What the task asks: In the entries that follow, the line with "#74=FACE_BOUND('',#73,.T.);" opens the range and the line with "The same part" closes it; repeat that range exactly, both lines included.

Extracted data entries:
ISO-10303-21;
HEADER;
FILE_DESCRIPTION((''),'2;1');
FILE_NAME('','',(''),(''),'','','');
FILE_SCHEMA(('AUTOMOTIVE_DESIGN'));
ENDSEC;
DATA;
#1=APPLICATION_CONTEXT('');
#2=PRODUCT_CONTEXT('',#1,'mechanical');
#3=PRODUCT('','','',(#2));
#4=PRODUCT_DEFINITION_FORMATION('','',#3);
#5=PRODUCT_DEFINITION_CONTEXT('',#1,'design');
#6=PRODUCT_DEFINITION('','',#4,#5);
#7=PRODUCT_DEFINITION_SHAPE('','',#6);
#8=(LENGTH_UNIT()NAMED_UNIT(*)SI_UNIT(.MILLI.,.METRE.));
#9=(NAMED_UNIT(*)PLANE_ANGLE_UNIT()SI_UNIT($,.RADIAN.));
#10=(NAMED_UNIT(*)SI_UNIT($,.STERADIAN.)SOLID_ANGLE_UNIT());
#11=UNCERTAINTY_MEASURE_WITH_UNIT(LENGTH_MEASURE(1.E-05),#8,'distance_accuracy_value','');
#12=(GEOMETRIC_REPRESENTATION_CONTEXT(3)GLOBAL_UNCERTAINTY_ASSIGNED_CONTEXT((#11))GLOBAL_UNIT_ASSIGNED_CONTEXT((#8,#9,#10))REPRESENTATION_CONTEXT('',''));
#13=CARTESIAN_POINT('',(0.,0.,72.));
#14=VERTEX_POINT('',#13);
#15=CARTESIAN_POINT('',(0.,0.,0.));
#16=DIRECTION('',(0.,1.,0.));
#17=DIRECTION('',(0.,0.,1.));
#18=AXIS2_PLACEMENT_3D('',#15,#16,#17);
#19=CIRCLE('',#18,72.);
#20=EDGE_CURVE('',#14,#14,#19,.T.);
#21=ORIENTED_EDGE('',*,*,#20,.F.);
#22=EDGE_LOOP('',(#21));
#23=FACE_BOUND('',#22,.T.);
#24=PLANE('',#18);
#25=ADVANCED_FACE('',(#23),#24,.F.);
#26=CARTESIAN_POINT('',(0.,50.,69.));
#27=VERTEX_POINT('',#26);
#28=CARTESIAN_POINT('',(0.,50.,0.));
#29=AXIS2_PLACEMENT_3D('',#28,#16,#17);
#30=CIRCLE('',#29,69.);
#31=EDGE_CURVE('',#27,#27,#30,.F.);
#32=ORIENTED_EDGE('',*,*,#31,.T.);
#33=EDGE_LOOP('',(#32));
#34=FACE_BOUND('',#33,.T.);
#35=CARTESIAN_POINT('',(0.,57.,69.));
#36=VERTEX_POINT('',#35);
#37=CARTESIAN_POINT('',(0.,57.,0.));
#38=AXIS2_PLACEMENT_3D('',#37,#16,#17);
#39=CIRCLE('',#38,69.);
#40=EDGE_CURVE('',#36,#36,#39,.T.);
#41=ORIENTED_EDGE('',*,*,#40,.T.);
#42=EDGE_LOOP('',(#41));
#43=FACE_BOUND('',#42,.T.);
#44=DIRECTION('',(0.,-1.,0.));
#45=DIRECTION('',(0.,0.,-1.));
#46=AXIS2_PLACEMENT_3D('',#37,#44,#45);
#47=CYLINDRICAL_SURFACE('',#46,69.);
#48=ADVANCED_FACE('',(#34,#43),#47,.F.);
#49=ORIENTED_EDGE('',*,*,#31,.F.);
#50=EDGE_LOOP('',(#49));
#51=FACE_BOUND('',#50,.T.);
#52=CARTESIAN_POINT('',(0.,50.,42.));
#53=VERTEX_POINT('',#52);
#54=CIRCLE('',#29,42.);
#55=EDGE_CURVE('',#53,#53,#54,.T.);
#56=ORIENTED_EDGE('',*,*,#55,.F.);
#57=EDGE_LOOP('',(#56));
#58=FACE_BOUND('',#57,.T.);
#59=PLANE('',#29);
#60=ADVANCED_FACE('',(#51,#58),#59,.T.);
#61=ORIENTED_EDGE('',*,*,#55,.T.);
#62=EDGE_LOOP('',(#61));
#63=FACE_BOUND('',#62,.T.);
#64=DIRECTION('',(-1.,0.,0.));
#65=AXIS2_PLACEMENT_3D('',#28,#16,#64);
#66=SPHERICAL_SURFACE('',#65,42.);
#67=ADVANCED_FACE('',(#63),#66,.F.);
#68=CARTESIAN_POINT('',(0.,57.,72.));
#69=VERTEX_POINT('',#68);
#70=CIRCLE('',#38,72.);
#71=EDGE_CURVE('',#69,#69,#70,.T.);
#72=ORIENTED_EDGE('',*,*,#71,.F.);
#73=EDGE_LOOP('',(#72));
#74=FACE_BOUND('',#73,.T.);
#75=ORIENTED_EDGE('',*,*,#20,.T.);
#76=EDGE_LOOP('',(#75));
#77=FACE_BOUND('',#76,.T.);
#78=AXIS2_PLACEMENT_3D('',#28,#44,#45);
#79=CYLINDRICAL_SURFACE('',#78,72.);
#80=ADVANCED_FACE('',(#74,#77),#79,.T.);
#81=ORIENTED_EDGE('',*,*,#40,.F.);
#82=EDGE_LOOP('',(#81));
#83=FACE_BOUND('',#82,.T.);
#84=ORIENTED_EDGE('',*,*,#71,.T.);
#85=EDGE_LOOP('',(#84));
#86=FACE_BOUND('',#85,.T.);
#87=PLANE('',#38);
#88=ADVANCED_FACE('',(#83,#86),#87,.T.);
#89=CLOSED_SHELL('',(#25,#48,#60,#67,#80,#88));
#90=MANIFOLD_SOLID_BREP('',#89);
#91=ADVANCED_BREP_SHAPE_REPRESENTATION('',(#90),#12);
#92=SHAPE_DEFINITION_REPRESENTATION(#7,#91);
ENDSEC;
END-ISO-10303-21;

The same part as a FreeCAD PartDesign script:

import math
import FreeCAD as App
import Part
import Sketcher

V = App.Vector

doc = App.newDocument("Part")
params = doc.addObject("Spreadsheet::Sheet", "Params")
for row, (alias, value) in enumerate([
    ("sketch1_diameter", "144 mm"),
    ("pad1_length", "50 mm"),
    ("sketch2_radius", "42 mm"),
    ("groove_angle", "360 deg"),
    ("sketch3_diameter", "144 mm"),
    ("sketch3_diameter2", "138 mm"),
    ("pad2_length", "7 mm"),
], start=1):
    params.set(f"A{row}", alias)
    params.set(f"B{row}", "=" + value)
    params.setAlias(f"B{row}", alias)

body = doc.addObject("PartDesign::Body", "Body")

# Sketch on XZ plane
sketch1 = body.newObject("Sketcher::SketchObject", "Sketch")
sketch1.AttachmentSupport = (doc.getObject("XZ_Plane"), [""])
sketch1.MapMode = "FlatFace"
sketch1.addGeometry(Part.Circle(V(0, 0, 0), V(0, 0, 1), 72), False)
sketch1.addConstraint([
    Sketcher.Constraint("Coincident", 0, 3, -1, 1),
    Sketcher.Constraint("Diameter", 0, 144.0),
])
sketch1.setExpression("Constraints[1]", "Params.sketch1_diameter")
pad1 = body.newObject("PartDesign::Pad", "Pad")
pad1.Profile = sketch1
pad1.setExpression("Length", "Params.pad1_length")
pad1.Reversed = True

# Sketch on XY plane
sketch2 = body.newObject("Sketcher::SketchObject", "Sketch001")
sketch2.AttachmentSupport = (doc.getObject("XY_Plane"), [""])
sketch2.MapMode = "FlatFace"
sketch2.addGeometry([
    Part.LineSegment(V(42, 50, 0), V(0, 50, 0)),
    Part.LineSegment(V(0, 50, 0), V(0, 8, 0)),
    Part.ArcOfCircle(Part.Circle(V(0, 50, 0), V(0, 0, 1), 42), math.radians(-90), math.radians(0)),
], False)
sketch2.addConstraint([
    Sketcher.Constraint("Coincident", 0, 2, 1, 1),
    Sketcher.Constraint("Coincident", 1, 2, 2, 1),
    Sketcher.Constraint("Coincident", 2, 2, 0, 1),
    Sketcher.Constraint("Horizontal", 0),
    Sketcher.Constraint("Vertical", 1),
    Sketcher.Constraint("Coincident", 0, 2, 2, 3),
    Sketcher.Constraint("PointOnObject", 2, 3, -2),
    Sketcher.Constraint("Radius", 2, 42.0),
    Sketcher.Constraint("DistanceY", -1, 1, 2, 3, 50.0),
])
sketch2.setExpression("Constraints[7]", "Params.sketch2_radius")
groove = body.newObject("PartDesign::Groove", "Groove")
groove.Profile = sketch2
groove.ReferenceAxis = (sketch2, ["V_Axis"])
groove.setExpression("Angle", "Params.groove_angle")

# Sketch on XZ plane
sketch3 = body.newObject("Sketcher::SketchObject", "Sketch002")
sketch3.AttachmentSupport = (doc.getObject("XZ_Plane"), [""])
sketch3.MapMode = "FlatFace"
sketch3.AttachmentOffset = App.Placement(V(0, 0, -50), App.Rotation())
sketch3.addGeometry([
    Part.Circle(V(0, 0, 0), V(0, 0, 1), 72),
    Part.Circle(V(0, 0, 0), V(0, 0, 1), 69),
], False)
sketch3.addConstraint([
    Sketcher.Constraint("Coincident", 0, 3, -1, 1),
    Sketcher.Constraint("Coincident", 1, 3, -1, 1),
    Sketcher.Constraint("Diameter", 0, 144.0),
    Sketcher.Constraint("Diameter", 1, 138.0),
])
sketch3.setExpression("Constraints[2]", "Params.sketch3_diameter")
sketch3.setExpression("Constraints[3]", "Params.sketch3_diameter2")
pad2 = body.newObject("PartDesign::Pad", "Pad001")
pad2.Profile = sketch3
pad2.setExpression("Length", "Params.pad2_length")
pad2.Reversed = True

doc.recompute()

Written response:
#74=FACE_BOUND('',#73,.T.);
#75=ORIENTED_EDGE('',*,*,#20,.T.);
#76=EDGE_LOOP('',(#75));
#77=FACE_BOUND('',#76,.T.);
#78=AXIS2_PLACEMENT_3D('',#28,#44,#45);
#79=CYLINDRICAL_SURFACE('',#78,72.);
#80=ADVANCED_FACE('',(#74,#77),#79,.T.);
#81=ORIENTED_EDGE('',*,*,#40,.F.);
#82=EDGE_LOOP('',(#81));
#83=FACE_BOUND('',#82,.T.);
#84=ORIENTED_EDGE('',*,*,#71,.T.);
#85=EDGE_LOOP('',(#84));
#86=FACE_BOUND('',#85,.T.);
#87=PLANE('',#38);
#88=ADVANCED_FACE('',(#83,#86),#87,.T.);
#89=CLOSED_SHELL('',(#25,#48,#60,#67,#80,#88));
#90=MANIFOLD_SOLID_BREP('',#89);
#91=ADVANCED_BREP_SHAPE_REPRESENTATION('',(#90),#12);
#92=SHAPE_DEFINITION_REPRESENTATION(#7,#91);
ENDSEC;
END-ISO-10303-21;

The same part as a FreeCAD PartDesign script:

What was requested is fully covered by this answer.